--- What needs to be done ---
Could you reproduce, from the records below, everything from the line with "face CYL(AX(P(0,-25,0),D(0,0,-1),D(1,0,0)),11) rev" down to the line with "face CYL(AX(P(0,0,0),D(0,0,-1),D(1,0,0)),11) rev", keeping both of those lines and changing nothing?

>>>>

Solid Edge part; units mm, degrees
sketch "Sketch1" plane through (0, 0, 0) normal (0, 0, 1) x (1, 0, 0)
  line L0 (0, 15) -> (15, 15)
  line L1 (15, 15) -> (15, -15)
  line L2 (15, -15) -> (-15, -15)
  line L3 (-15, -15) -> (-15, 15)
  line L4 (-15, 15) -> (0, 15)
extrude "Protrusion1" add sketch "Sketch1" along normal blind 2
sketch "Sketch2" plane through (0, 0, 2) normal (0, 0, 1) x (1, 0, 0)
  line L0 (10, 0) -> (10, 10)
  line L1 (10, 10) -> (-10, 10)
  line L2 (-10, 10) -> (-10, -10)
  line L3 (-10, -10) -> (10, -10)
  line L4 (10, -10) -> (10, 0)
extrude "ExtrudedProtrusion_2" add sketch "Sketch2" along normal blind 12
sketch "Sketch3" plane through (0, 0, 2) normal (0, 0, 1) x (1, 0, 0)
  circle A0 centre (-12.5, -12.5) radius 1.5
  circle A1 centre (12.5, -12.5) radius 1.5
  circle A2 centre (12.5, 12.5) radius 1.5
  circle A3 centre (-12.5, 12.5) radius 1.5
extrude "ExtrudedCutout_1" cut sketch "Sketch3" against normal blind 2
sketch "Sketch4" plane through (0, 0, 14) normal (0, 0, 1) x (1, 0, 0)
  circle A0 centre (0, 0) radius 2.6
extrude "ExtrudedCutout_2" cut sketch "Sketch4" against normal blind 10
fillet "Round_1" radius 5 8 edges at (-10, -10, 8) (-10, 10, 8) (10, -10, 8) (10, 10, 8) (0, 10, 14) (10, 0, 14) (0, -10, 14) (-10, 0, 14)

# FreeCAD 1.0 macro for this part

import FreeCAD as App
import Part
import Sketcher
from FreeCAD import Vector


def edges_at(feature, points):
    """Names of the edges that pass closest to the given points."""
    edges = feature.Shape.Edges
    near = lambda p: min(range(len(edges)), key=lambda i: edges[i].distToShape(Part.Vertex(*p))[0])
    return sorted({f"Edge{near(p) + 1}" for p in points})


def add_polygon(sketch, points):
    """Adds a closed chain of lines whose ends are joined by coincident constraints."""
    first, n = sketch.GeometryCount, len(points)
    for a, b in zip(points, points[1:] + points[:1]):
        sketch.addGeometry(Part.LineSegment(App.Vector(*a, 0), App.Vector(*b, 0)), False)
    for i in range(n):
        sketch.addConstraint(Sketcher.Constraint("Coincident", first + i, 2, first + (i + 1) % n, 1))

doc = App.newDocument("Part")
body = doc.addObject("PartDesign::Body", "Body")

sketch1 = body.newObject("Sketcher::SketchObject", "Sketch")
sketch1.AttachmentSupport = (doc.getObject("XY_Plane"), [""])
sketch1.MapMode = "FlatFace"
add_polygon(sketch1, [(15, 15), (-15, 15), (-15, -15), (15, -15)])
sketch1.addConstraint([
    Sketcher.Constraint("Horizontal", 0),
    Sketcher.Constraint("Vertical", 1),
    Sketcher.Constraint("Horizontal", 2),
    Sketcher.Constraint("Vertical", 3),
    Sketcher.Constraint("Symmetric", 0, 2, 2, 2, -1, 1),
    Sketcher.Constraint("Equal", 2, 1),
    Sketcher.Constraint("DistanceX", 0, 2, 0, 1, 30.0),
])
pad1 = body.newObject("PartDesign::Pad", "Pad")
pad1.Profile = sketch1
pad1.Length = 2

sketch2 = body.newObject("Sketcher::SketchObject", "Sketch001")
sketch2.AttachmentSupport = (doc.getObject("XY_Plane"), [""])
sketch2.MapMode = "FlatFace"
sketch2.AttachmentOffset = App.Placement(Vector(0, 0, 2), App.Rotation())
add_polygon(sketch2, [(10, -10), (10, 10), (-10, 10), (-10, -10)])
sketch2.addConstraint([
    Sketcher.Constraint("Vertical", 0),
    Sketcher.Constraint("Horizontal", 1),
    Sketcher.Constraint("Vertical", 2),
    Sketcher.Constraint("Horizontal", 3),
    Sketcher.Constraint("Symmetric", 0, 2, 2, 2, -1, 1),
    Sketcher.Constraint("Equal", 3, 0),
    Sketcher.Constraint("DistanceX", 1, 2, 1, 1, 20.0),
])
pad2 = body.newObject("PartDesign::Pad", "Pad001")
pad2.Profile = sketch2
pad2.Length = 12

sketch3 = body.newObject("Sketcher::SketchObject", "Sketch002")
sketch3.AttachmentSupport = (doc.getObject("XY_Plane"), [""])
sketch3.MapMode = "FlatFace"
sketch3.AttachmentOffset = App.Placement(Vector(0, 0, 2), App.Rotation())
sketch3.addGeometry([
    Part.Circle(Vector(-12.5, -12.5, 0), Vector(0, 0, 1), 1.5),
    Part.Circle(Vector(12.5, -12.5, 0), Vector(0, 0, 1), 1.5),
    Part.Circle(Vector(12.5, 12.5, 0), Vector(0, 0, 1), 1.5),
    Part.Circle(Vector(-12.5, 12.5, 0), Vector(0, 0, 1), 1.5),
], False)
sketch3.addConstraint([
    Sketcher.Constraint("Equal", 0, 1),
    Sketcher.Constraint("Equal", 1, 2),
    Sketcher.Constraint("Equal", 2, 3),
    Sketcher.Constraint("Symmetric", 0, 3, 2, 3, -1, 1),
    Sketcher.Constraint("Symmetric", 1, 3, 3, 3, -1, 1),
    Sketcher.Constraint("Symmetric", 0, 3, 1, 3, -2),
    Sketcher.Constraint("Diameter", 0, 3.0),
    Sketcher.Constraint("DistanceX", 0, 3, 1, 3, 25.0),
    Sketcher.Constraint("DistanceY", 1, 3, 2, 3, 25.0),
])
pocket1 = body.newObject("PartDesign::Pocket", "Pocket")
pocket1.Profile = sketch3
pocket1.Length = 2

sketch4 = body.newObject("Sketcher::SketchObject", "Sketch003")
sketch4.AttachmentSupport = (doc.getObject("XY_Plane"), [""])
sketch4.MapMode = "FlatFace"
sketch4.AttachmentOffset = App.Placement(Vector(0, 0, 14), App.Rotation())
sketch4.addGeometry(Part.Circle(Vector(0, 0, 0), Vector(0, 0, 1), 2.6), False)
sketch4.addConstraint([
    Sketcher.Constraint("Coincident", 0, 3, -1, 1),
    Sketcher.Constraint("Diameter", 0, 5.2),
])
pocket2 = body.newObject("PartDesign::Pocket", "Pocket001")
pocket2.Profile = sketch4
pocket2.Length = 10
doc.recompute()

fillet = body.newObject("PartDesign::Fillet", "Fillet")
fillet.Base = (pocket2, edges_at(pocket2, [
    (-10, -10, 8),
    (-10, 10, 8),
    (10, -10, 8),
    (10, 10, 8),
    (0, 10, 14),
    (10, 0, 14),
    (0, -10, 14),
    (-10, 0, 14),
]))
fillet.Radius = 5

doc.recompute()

<<<<
>>>>

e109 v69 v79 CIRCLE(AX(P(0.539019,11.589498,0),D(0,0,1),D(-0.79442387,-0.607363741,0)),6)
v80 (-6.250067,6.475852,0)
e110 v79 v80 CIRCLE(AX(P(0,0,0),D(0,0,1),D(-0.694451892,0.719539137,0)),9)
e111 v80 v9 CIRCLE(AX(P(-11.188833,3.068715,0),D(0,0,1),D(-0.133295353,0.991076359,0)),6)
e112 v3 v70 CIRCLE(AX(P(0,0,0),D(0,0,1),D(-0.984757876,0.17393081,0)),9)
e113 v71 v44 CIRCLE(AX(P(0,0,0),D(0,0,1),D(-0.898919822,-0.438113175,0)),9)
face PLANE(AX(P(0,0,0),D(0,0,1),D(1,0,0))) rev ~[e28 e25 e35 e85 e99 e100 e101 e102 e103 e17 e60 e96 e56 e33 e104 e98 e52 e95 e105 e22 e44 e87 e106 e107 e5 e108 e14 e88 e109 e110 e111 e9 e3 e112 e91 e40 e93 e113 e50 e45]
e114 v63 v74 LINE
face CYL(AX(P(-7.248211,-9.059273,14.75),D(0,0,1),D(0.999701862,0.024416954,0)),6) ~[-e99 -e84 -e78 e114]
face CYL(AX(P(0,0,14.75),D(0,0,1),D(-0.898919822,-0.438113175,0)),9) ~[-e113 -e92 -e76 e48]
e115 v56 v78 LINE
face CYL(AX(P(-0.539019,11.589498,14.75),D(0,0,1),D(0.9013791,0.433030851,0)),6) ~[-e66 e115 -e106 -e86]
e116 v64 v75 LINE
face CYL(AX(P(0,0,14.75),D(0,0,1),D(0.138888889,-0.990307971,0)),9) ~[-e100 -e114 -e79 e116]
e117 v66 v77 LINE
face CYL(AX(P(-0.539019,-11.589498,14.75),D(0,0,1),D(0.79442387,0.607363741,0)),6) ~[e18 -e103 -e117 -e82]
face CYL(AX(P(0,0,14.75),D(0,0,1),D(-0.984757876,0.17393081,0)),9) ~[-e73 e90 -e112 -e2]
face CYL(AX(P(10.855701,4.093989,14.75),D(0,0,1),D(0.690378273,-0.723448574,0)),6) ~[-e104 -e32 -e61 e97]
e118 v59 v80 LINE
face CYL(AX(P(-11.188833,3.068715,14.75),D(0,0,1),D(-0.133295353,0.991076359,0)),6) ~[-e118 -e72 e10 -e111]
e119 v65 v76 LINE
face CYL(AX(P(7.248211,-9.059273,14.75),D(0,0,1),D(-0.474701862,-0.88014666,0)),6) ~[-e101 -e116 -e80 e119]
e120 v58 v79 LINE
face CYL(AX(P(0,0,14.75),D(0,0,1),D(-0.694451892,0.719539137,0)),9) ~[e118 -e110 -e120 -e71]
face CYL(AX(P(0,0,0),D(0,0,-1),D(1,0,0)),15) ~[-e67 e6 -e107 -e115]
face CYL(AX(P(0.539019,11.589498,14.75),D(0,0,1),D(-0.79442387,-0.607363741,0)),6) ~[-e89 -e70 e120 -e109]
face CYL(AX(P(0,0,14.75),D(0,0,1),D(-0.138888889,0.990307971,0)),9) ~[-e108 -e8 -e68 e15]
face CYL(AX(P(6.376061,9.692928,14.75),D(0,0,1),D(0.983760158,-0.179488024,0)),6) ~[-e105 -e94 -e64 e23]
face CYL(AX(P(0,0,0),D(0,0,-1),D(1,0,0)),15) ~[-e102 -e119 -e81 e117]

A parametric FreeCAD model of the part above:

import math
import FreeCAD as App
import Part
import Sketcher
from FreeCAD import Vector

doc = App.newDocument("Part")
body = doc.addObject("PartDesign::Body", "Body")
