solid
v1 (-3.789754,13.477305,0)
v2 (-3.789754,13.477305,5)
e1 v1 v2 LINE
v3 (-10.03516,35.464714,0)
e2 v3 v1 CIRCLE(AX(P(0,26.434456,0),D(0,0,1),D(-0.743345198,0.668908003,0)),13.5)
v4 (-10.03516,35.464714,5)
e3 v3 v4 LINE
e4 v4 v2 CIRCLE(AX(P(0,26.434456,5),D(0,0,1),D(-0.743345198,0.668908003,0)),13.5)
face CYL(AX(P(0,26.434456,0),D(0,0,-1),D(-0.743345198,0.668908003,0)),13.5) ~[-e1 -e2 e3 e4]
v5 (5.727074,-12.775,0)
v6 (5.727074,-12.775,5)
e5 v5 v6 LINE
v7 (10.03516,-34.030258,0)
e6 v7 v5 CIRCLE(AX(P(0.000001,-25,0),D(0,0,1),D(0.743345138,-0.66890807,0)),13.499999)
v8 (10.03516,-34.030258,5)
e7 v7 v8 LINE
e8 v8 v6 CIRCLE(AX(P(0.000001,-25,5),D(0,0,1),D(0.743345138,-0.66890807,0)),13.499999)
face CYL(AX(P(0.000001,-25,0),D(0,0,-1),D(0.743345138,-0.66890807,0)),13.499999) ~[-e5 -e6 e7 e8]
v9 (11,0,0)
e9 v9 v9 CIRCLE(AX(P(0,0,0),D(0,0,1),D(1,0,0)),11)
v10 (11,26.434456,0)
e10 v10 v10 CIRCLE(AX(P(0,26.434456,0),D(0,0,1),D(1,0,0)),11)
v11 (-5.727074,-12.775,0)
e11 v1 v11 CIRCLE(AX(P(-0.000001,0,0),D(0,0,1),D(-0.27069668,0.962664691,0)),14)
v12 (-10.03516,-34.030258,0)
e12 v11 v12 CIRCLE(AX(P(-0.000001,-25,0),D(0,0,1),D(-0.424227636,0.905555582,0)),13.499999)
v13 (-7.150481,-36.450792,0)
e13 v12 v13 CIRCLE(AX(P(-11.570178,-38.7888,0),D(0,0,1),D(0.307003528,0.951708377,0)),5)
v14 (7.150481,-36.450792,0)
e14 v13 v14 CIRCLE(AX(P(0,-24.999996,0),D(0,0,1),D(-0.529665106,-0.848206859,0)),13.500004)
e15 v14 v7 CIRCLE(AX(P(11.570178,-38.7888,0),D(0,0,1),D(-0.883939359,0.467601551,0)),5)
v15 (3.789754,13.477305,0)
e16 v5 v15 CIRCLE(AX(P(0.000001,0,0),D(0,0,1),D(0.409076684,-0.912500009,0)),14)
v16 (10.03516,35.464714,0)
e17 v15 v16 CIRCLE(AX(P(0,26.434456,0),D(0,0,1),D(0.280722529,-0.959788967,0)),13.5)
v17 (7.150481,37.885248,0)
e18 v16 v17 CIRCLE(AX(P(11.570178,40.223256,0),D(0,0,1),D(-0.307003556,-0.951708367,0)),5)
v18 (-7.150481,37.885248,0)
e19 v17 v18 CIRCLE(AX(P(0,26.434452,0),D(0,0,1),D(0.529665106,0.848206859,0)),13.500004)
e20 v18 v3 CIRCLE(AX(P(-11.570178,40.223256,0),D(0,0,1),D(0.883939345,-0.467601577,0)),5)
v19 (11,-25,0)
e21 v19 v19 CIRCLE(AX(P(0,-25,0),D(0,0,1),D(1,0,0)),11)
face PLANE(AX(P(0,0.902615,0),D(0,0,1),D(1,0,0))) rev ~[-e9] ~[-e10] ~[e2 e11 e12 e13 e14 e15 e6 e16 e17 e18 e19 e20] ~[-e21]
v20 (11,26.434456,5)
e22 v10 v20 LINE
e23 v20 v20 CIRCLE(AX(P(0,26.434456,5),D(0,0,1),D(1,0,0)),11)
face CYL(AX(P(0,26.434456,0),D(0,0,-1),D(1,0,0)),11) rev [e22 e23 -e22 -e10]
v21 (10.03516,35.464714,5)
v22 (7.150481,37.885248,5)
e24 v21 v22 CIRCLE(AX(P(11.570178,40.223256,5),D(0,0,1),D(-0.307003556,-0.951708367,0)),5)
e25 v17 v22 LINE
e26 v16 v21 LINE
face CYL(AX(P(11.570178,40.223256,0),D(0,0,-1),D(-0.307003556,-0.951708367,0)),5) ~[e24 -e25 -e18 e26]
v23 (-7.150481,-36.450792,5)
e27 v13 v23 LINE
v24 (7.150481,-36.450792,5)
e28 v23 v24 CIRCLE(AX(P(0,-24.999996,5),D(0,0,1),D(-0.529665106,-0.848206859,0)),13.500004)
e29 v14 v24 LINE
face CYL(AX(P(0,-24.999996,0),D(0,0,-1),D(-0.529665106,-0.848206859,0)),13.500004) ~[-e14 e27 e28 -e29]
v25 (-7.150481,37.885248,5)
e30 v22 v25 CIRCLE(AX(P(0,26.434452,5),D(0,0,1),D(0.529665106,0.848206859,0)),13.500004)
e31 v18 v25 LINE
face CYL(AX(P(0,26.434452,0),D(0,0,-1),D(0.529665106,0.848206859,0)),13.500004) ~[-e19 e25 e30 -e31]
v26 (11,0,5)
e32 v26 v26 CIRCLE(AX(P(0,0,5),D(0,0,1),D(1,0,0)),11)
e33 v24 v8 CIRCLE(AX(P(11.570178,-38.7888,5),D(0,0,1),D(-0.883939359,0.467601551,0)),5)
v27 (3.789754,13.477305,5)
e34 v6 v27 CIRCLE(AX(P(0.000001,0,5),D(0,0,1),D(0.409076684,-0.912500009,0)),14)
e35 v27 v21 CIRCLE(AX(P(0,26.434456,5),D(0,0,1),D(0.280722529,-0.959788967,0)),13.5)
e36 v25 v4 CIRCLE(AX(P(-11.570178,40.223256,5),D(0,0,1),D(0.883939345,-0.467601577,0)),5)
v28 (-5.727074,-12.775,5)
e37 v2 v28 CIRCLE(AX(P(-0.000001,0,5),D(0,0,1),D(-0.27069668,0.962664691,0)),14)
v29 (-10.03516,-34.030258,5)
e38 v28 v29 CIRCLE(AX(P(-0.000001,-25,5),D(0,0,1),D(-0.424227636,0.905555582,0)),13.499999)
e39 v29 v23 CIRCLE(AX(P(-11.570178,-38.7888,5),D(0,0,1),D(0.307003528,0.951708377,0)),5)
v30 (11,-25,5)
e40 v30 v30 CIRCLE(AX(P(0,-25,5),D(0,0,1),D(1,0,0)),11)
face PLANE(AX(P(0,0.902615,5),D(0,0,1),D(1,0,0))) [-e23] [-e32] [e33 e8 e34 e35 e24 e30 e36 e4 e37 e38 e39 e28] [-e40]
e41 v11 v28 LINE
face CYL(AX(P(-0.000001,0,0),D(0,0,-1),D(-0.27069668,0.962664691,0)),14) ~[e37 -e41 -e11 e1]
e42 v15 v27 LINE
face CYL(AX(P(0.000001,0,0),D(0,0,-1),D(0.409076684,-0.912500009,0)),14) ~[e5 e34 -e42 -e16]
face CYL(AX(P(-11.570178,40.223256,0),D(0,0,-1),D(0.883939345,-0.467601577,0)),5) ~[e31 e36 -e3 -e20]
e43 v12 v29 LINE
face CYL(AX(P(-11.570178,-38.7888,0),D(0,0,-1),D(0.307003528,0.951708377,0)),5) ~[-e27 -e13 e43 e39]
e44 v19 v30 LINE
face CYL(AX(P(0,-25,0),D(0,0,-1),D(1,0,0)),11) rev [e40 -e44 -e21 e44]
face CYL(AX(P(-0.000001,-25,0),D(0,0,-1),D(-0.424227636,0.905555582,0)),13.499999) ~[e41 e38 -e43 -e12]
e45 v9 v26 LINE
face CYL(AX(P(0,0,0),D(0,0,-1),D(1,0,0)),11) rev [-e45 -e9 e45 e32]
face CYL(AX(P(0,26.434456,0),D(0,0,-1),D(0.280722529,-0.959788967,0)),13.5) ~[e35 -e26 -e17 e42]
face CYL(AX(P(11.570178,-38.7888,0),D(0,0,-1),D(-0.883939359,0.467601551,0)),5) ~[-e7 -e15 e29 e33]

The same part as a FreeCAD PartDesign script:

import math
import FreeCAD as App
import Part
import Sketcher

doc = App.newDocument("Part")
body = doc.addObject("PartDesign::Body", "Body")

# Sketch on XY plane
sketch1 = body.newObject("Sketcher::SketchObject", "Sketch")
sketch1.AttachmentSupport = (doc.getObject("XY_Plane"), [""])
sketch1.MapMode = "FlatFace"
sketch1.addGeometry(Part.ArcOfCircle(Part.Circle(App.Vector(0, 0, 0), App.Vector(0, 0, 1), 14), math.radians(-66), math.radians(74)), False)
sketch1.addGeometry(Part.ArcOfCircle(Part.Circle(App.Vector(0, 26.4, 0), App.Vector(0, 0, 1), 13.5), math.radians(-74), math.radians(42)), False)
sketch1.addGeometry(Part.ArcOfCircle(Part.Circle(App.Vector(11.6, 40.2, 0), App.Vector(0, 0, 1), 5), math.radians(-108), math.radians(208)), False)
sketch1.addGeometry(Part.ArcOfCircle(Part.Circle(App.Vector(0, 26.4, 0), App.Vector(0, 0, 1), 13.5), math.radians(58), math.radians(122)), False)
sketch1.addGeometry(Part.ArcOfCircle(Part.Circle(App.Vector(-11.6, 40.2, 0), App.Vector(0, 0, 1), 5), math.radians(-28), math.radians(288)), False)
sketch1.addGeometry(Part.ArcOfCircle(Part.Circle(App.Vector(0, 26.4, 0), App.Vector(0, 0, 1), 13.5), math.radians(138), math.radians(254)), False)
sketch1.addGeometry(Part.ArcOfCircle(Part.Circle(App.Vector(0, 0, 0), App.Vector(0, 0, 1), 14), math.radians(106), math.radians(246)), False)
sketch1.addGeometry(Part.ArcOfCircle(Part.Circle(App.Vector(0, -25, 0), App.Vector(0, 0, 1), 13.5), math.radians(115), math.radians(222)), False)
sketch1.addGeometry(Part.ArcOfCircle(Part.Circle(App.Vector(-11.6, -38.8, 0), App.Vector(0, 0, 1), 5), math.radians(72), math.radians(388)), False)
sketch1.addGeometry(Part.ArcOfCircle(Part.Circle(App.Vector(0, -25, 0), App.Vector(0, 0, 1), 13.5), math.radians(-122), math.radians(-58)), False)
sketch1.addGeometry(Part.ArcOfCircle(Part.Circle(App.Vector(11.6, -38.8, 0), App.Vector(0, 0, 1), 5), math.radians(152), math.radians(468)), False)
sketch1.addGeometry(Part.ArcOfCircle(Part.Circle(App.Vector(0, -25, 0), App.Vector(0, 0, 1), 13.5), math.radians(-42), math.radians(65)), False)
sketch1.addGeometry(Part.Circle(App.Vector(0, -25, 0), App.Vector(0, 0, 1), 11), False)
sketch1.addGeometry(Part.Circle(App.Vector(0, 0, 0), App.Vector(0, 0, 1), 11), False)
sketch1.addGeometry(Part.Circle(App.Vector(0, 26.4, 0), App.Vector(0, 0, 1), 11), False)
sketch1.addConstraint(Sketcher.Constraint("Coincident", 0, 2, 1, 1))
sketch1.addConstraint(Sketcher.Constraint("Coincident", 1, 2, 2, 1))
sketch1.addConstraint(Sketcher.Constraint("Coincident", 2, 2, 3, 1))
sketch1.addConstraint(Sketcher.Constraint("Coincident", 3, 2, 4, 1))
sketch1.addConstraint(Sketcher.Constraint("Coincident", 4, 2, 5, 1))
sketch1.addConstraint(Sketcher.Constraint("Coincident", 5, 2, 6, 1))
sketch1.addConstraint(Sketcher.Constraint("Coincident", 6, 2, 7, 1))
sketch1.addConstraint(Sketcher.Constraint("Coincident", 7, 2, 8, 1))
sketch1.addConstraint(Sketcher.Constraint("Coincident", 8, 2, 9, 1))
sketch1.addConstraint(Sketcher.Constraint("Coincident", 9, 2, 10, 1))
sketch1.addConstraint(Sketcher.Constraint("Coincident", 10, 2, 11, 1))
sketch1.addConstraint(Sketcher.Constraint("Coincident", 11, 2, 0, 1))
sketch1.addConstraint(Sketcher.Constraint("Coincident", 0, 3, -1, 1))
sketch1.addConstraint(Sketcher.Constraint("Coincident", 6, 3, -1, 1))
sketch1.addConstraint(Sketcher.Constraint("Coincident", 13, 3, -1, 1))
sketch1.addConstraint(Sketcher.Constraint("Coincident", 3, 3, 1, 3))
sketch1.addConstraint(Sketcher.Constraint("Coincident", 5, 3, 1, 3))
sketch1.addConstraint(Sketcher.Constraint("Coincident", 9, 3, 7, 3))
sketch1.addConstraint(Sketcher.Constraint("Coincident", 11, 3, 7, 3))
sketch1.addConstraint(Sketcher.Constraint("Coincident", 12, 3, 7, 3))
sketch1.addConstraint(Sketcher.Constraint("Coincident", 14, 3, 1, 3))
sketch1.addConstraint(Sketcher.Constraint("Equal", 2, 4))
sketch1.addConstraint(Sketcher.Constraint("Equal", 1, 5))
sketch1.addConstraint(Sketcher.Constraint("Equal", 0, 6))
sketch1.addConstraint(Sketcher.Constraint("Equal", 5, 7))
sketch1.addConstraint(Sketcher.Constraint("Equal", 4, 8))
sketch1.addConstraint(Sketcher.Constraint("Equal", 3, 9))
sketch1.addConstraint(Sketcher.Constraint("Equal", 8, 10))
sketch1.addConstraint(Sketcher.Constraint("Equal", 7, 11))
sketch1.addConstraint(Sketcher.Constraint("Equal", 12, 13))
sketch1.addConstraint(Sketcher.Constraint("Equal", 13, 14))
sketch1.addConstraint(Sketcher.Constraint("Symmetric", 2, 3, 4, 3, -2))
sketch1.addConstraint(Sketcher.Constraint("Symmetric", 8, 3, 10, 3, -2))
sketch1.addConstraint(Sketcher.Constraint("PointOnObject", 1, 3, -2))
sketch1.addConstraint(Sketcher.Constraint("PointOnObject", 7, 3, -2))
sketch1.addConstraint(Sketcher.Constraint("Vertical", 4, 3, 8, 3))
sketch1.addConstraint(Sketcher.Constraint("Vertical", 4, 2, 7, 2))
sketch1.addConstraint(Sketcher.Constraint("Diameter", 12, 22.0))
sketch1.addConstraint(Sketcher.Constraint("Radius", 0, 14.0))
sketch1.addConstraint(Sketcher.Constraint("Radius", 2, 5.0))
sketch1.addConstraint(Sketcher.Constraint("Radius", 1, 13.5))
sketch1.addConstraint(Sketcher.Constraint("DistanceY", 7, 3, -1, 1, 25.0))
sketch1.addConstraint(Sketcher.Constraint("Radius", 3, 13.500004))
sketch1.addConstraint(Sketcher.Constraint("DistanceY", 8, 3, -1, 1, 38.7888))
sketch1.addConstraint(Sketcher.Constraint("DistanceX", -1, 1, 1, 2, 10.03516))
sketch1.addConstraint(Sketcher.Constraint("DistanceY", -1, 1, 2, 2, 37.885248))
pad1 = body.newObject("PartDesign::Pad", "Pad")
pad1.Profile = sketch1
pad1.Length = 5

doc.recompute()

<<<<

--- Response to the exercise ---
face CYL(AX(P(0,-25,0),D(0,0,-1),D(1,0,0)),11) rev [e40 -e44 -e21 e44]
face CYL(AX(P(-0.000001,-25,0),D(0,0,-1),D(-0.424227636,0.905555582,0)),13.499999) ~[e41 e38 -e43 -e12]
e45 v9 v26 LINE
face CYL(AX(P(0,0,0),D(0,0,-1),D(1,0,0)),11) rev [-e45 -e9 e45 e32]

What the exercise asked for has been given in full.